What is the zero of the function?
f(x)=x2−x−6x2−8x+15
Enter your answer in the box.
-2
Use a graphing calculator or other technology to answer the question.
Which quadratic regression equation best fits the data set?
A. yˆ=0.728x2+20.213x+179.246
B. yˆ=0.728x2−20.213x+179.246
C. yˆ=179.246x2−20.213x+0.728
D. yˆ=0.728x2+0.564x+179.246
x y
4 109
6 88
9 52
15 42
18 50
21 78
23 98
I read that as
f(x) = x^2 - x - 6x^2 - 8x + 15
= -5x^2 -9x + 15
-5x^2 -9x + 15 = 0
5x^2 + 9x - 15 = 0
use the quadratic formula to solve.
Both zeros are irrational
Somehow I suspect you have a typo in your equation.
The answer is D.yˆ=0.728x^2−20.213x+179.246
Took the test, that's correct
Well, finding the zero of a function is like trying to find a parking spot in a crowded parking lot – sometimes it can be quite a challenge! But fear not, brave question-asker!
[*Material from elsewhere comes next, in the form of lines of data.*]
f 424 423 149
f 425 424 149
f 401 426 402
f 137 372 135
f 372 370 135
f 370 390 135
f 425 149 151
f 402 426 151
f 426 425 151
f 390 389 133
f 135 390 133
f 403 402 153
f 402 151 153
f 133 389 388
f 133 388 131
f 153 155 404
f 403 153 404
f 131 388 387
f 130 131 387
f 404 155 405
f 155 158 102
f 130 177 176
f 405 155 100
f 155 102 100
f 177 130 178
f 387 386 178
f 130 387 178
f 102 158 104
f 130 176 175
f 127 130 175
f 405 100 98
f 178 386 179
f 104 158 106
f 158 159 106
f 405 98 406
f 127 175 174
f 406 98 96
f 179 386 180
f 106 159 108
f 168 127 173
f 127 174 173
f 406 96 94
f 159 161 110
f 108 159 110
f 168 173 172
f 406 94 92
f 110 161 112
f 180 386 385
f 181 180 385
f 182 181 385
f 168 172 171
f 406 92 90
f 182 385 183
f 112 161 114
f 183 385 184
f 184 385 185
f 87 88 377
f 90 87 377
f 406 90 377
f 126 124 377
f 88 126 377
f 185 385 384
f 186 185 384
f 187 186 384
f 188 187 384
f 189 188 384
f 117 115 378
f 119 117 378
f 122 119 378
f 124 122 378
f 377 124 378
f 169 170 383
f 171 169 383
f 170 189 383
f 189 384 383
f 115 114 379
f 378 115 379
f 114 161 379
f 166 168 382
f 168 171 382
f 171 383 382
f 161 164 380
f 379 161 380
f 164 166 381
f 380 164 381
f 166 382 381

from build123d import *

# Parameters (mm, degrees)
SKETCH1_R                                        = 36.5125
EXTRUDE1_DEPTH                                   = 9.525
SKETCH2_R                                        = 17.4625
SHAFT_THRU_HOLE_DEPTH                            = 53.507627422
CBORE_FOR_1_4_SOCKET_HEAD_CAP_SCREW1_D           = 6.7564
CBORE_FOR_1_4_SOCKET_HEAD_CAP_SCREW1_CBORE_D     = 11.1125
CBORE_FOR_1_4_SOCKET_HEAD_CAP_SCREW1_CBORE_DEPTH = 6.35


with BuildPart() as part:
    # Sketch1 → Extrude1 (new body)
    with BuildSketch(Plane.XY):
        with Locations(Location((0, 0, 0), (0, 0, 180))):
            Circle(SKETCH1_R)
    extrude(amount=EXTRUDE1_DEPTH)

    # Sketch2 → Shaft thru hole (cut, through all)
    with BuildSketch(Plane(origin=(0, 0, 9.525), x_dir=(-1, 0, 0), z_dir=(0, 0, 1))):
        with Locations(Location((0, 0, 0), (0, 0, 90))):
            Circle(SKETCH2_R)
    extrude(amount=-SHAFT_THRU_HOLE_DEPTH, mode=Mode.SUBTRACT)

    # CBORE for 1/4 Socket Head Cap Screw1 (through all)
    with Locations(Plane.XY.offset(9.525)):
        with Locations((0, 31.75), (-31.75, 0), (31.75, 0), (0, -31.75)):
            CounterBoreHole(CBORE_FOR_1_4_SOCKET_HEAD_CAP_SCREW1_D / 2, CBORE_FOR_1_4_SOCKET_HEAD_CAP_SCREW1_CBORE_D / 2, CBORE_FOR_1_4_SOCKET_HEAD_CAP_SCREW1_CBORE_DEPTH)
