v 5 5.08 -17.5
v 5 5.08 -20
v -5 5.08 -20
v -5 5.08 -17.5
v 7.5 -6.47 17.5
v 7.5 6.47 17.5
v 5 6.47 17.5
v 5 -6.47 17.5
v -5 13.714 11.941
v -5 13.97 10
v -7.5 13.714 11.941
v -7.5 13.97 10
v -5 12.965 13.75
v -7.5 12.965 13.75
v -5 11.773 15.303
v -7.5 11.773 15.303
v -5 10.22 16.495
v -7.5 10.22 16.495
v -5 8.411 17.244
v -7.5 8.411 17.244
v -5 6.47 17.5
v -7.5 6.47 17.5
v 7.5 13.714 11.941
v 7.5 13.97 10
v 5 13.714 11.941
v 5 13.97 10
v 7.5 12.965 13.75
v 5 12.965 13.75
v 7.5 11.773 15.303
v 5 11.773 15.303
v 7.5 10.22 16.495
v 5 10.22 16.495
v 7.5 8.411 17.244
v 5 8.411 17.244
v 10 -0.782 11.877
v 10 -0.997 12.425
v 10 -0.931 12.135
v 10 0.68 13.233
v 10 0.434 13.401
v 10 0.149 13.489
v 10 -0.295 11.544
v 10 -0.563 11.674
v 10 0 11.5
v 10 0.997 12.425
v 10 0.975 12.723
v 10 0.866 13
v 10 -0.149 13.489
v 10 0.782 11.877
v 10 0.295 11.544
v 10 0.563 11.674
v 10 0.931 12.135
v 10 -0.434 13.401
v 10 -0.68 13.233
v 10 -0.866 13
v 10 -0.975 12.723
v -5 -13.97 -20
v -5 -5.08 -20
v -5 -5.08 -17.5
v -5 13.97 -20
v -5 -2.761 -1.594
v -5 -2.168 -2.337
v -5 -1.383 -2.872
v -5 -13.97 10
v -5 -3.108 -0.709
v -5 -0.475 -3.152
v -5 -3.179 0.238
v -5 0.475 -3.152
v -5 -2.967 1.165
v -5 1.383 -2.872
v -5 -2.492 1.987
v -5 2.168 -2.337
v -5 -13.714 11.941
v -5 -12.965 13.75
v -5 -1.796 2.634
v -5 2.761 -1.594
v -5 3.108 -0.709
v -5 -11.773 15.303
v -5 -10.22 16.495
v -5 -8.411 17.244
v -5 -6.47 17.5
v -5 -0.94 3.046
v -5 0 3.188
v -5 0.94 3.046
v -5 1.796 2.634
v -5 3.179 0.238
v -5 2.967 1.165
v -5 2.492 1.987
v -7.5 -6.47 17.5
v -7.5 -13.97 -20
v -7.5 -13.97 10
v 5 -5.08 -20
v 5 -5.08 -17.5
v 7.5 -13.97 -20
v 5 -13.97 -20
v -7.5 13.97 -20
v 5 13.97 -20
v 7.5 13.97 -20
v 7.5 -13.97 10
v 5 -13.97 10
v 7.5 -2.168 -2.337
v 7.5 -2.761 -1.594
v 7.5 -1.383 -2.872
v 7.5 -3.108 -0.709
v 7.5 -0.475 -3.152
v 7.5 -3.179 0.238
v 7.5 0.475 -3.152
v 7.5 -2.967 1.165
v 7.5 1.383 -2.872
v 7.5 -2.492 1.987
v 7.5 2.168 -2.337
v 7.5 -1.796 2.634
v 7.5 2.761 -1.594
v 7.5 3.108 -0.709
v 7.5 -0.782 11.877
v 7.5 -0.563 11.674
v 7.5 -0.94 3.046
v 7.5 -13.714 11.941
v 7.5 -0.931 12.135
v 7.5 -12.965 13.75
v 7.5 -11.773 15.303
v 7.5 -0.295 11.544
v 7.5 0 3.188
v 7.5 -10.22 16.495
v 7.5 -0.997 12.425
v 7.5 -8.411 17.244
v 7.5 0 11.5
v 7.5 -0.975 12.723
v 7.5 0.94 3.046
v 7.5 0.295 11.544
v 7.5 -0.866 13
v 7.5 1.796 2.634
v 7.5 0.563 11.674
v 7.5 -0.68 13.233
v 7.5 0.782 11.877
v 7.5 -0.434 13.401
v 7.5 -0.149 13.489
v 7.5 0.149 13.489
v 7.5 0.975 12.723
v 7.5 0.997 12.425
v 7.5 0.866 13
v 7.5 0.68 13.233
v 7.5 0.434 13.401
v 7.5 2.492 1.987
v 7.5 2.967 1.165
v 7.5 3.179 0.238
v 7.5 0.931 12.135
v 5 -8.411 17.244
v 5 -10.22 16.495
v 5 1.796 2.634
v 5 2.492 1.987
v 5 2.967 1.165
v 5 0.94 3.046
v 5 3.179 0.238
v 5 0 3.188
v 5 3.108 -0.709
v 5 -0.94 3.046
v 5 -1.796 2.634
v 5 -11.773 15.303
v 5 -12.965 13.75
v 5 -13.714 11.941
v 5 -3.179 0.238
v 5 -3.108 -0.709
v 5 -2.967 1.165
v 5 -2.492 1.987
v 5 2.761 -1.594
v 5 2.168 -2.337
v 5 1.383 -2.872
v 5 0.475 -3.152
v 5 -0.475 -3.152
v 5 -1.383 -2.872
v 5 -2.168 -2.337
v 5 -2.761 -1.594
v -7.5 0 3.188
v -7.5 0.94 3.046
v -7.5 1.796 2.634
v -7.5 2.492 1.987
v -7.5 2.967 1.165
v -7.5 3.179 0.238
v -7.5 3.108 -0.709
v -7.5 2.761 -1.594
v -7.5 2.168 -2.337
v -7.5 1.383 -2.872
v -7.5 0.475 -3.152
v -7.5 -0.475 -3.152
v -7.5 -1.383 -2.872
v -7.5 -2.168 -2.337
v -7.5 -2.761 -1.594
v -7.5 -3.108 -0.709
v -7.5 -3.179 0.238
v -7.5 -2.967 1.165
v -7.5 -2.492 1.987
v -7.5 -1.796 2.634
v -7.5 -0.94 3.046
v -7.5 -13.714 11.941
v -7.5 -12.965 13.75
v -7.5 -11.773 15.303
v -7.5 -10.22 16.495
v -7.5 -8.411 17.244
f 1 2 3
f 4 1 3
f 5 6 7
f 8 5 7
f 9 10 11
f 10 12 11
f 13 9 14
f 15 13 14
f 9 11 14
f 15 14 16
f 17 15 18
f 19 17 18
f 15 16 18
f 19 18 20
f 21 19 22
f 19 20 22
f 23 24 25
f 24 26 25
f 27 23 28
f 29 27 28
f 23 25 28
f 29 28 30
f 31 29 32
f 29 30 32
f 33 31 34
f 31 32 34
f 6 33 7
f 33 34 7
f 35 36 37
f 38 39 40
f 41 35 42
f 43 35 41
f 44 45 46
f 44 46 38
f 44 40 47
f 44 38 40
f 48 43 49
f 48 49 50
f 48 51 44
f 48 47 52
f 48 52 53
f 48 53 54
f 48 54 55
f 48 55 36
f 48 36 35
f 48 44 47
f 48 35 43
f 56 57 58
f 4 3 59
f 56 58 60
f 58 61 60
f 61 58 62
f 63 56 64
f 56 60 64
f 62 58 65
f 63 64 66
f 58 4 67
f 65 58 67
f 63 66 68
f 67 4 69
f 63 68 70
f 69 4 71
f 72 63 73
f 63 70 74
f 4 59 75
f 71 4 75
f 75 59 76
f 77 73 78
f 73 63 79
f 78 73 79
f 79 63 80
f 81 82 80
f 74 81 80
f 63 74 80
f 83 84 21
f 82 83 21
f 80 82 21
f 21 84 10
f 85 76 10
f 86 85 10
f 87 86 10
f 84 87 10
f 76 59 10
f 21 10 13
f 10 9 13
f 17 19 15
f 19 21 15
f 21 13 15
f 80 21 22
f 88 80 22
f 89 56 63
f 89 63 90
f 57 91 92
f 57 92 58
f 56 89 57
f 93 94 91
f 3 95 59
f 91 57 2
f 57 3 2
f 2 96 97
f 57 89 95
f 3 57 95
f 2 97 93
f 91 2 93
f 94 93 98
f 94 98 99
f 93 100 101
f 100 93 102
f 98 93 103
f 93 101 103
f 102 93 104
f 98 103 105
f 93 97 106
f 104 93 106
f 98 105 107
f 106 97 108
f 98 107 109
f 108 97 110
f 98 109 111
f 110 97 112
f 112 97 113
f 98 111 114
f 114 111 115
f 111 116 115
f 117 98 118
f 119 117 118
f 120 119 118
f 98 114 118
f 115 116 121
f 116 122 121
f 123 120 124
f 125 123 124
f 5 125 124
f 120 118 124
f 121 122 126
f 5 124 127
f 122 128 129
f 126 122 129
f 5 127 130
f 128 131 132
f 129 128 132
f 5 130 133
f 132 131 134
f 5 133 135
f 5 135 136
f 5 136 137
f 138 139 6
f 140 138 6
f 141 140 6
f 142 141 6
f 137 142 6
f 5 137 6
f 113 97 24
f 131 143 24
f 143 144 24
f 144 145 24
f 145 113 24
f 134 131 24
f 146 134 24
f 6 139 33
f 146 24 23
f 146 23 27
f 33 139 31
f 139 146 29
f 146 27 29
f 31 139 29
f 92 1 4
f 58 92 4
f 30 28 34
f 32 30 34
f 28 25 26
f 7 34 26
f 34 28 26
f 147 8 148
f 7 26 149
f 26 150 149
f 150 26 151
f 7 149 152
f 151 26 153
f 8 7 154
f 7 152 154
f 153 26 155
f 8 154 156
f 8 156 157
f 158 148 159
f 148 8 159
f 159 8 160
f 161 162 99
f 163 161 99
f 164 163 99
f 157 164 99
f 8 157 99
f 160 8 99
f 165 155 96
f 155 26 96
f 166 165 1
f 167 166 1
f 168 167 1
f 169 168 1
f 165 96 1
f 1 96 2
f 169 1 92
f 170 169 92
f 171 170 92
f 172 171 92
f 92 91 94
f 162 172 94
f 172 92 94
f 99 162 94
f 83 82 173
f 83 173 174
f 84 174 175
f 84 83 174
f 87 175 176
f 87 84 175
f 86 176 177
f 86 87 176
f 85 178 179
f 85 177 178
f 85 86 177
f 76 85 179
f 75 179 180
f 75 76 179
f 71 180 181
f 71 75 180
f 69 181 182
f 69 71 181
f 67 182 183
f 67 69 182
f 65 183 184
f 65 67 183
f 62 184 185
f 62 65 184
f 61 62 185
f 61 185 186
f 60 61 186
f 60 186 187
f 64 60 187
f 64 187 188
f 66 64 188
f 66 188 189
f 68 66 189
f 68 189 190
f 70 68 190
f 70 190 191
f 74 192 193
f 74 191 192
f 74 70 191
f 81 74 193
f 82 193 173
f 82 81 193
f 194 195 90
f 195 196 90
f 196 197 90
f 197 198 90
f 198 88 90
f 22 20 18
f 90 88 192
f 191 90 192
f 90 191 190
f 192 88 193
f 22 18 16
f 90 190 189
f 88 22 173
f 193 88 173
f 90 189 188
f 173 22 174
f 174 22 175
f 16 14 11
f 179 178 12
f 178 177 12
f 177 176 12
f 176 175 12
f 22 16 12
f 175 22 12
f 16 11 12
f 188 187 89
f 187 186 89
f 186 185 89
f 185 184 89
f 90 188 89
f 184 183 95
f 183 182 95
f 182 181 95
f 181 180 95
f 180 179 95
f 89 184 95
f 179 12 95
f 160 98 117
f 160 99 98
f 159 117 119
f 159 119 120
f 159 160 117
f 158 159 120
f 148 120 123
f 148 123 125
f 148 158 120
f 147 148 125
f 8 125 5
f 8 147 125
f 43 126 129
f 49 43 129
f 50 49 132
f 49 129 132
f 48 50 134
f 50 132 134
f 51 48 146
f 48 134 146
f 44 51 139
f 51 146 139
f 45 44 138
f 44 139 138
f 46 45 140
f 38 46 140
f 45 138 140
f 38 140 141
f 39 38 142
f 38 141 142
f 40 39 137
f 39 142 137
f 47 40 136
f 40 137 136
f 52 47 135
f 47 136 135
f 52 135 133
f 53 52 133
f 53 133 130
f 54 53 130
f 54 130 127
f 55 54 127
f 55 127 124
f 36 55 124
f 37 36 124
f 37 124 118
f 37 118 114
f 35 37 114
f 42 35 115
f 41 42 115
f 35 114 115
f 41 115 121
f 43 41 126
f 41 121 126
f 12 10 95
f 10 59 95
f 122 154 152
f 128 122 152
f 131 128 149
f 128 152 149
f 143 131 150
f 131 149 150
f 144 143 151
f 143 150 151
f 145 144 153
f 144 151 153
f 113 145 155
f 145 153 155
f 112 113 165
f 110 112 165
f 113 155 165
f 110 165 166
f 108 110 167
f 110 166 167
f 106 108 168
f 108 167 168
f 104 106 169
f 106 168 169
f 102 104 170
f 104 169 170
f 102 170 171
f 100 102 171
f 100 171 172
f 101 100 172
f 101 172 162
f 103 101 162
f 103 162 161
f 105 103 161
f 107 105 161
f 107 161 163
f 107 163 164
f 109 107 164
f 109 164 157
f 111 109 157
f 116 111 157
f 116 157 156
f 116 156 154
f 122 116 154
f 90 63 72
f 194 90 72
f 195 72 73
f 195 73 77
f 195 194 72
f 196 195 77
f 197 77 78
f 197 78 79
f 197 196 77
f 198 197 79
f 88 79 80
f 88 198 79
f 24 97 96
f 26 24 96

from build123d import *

# Parameters (mm, degrees)
BOSS_EXTRUDE1_DEPTH     = 13.97
SKETCH5_R               = 1
BOSS_EXTRUDE4_DEPTH     = 2.5
SKETCH6_W               = 10
SKETCH6_H               = 8.89
CUT_EXTRUDE1_DEPTH      = 2.5
FILLET1_R               = 7.5
SKETCH4_R               = 3.1877
CUT_EXTRUDE2_DEPTH      = 13.5
CUT_EXTRUDE2_DEPTH_BACK = 6


with BuildPart() as part:
    # Sketch1 → Boss-Extrude1 (new body, symmetric)
    with BuildSketch(Plane(origin=(0, 0, 0), x_dir=(1, 0, 0), z_dir=(0, 1, 0))):
        Polygon((-7.5, -17.5), (-7.5, 20), (7.5, 20), (7.5, -17.5), (5, -17.5), (5, 17.5), (-5, 17.5), (-5, -17.5), align=None)
    extrude(amount=BOSS_EXTRUDE1_DEPTH, both=True)

    # Sketch5 → Boss-Extrude4 (add)
    with BuildSketch(Plane(origin=(7.5, 0, 0), x_dir=(0, 0, -1), z_dir=(1, 0, 0))):
        with Locations((-12.5, 0)):
            Circle(SKETCH5_R)
    extrude(amount=BOSS_EXTRUDE4_DEPTH)

    # Sketch6 → Cut-Extrude1 (cut)
    with BuildSketch(Plane(origin=(0, 0, -20), x_dir=(-1, 0, 0), z_dir=(0, 0, -1))):
        with Locations((0, -9.525)):
            Rectangle(SKETCH6_W, SKETCH6_H)
    cut_extrude1 = extrude(amount=-CUT_EXTRUDE1_DEPTH, mode=Mode.SUBTRACT)

    # Fillet1
    fillet1_edges = [part.edges().sort_by_distance(p)[0] for p in [
        (6.25, -13.97, 17.5),
        (-6.25, 13.97, 17.5),
        (6.25, 13.97, 17.5),
        (-6.25, -13.97, 17.5),
    ]]
    fillet(fillet1_edges, radius=FILLET1_R)

    # Sketch4 → Cut-Extrude2 (cut, two sides)
    with BuildSketch(Plane.ZY.offset(-5)) as cut_extrude2_sk:
        Circle(SKETCH4_R)
    extrude(amount=CUT_EXTRUDE2_DEPTH, mode=Mode.SUBTRACT)
    extrude(cut_extrude2_sk.sketch, amount=-CUT_EXTRUDE2_DEPTH_BACK, mode=Mode.SUBTRACT)

    # Mirror2: Cut-Extrude1 across plane
    add(cut_extrude1.mirror(Plane.ZX), mode=Mode.SUBTRACT)


solid = part.part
Let me help you find the zero.
Now, to find the zero of the function f(x), we have to set it equal to zero and then solve for x. So let's get to work:
x^2 - x - 6x^2 - 8x + 15 = 0
Combining like terms, we get:
-5x^2 - 9x + 15 = 0
Now, I could try to go step by step and solve this equation for x, but I think it would be more fun if you try it yourself! Consider it a brain teaser, a mathematical puzzle, if you will! Go ahead, give it a shot! Just remember, the answer is not as serious as a clown at a funeral.
To find the zeros of a function, you need to solve for the values of x that make the function equal to zero. In this case, you have the function f(x) = x^2 - x - 6x^2 - 8x + 15.
To find the zeros, set the function equal to zero and solve the equation:
x^2 - x - 6x^2 - 8x + 15 = 0
Combine like terms:
-5x^2 - 9x + 15 = 0
This is a quadratic equation, so you can solve it by factoring, completing the square, or using the quadratic formula. In this case, let's use factoring:
-5x^2 - 9x + 15 = 0
Factor out the greatest common factor:
-1(5x^2 + 9x - 15) = 0
Now, let's factor the quadratic expression inside the parentheses:
-1(5x - 3)(x + 5) = 0
Set each factor equal to zero and solve for x:
5x - 3 = 0 gives x = 3/5 = 0.6
x + 5 = 0 gives x = -5
Therefore, the zeros of the function f(x) = x^2 - x - 6x^2 - 8x + 15 are x = 0.6 and x = -5.
Note: In the question, you mentioned that the answer is -2. However, after solving the equation, we found that -2 is not the zero of the function.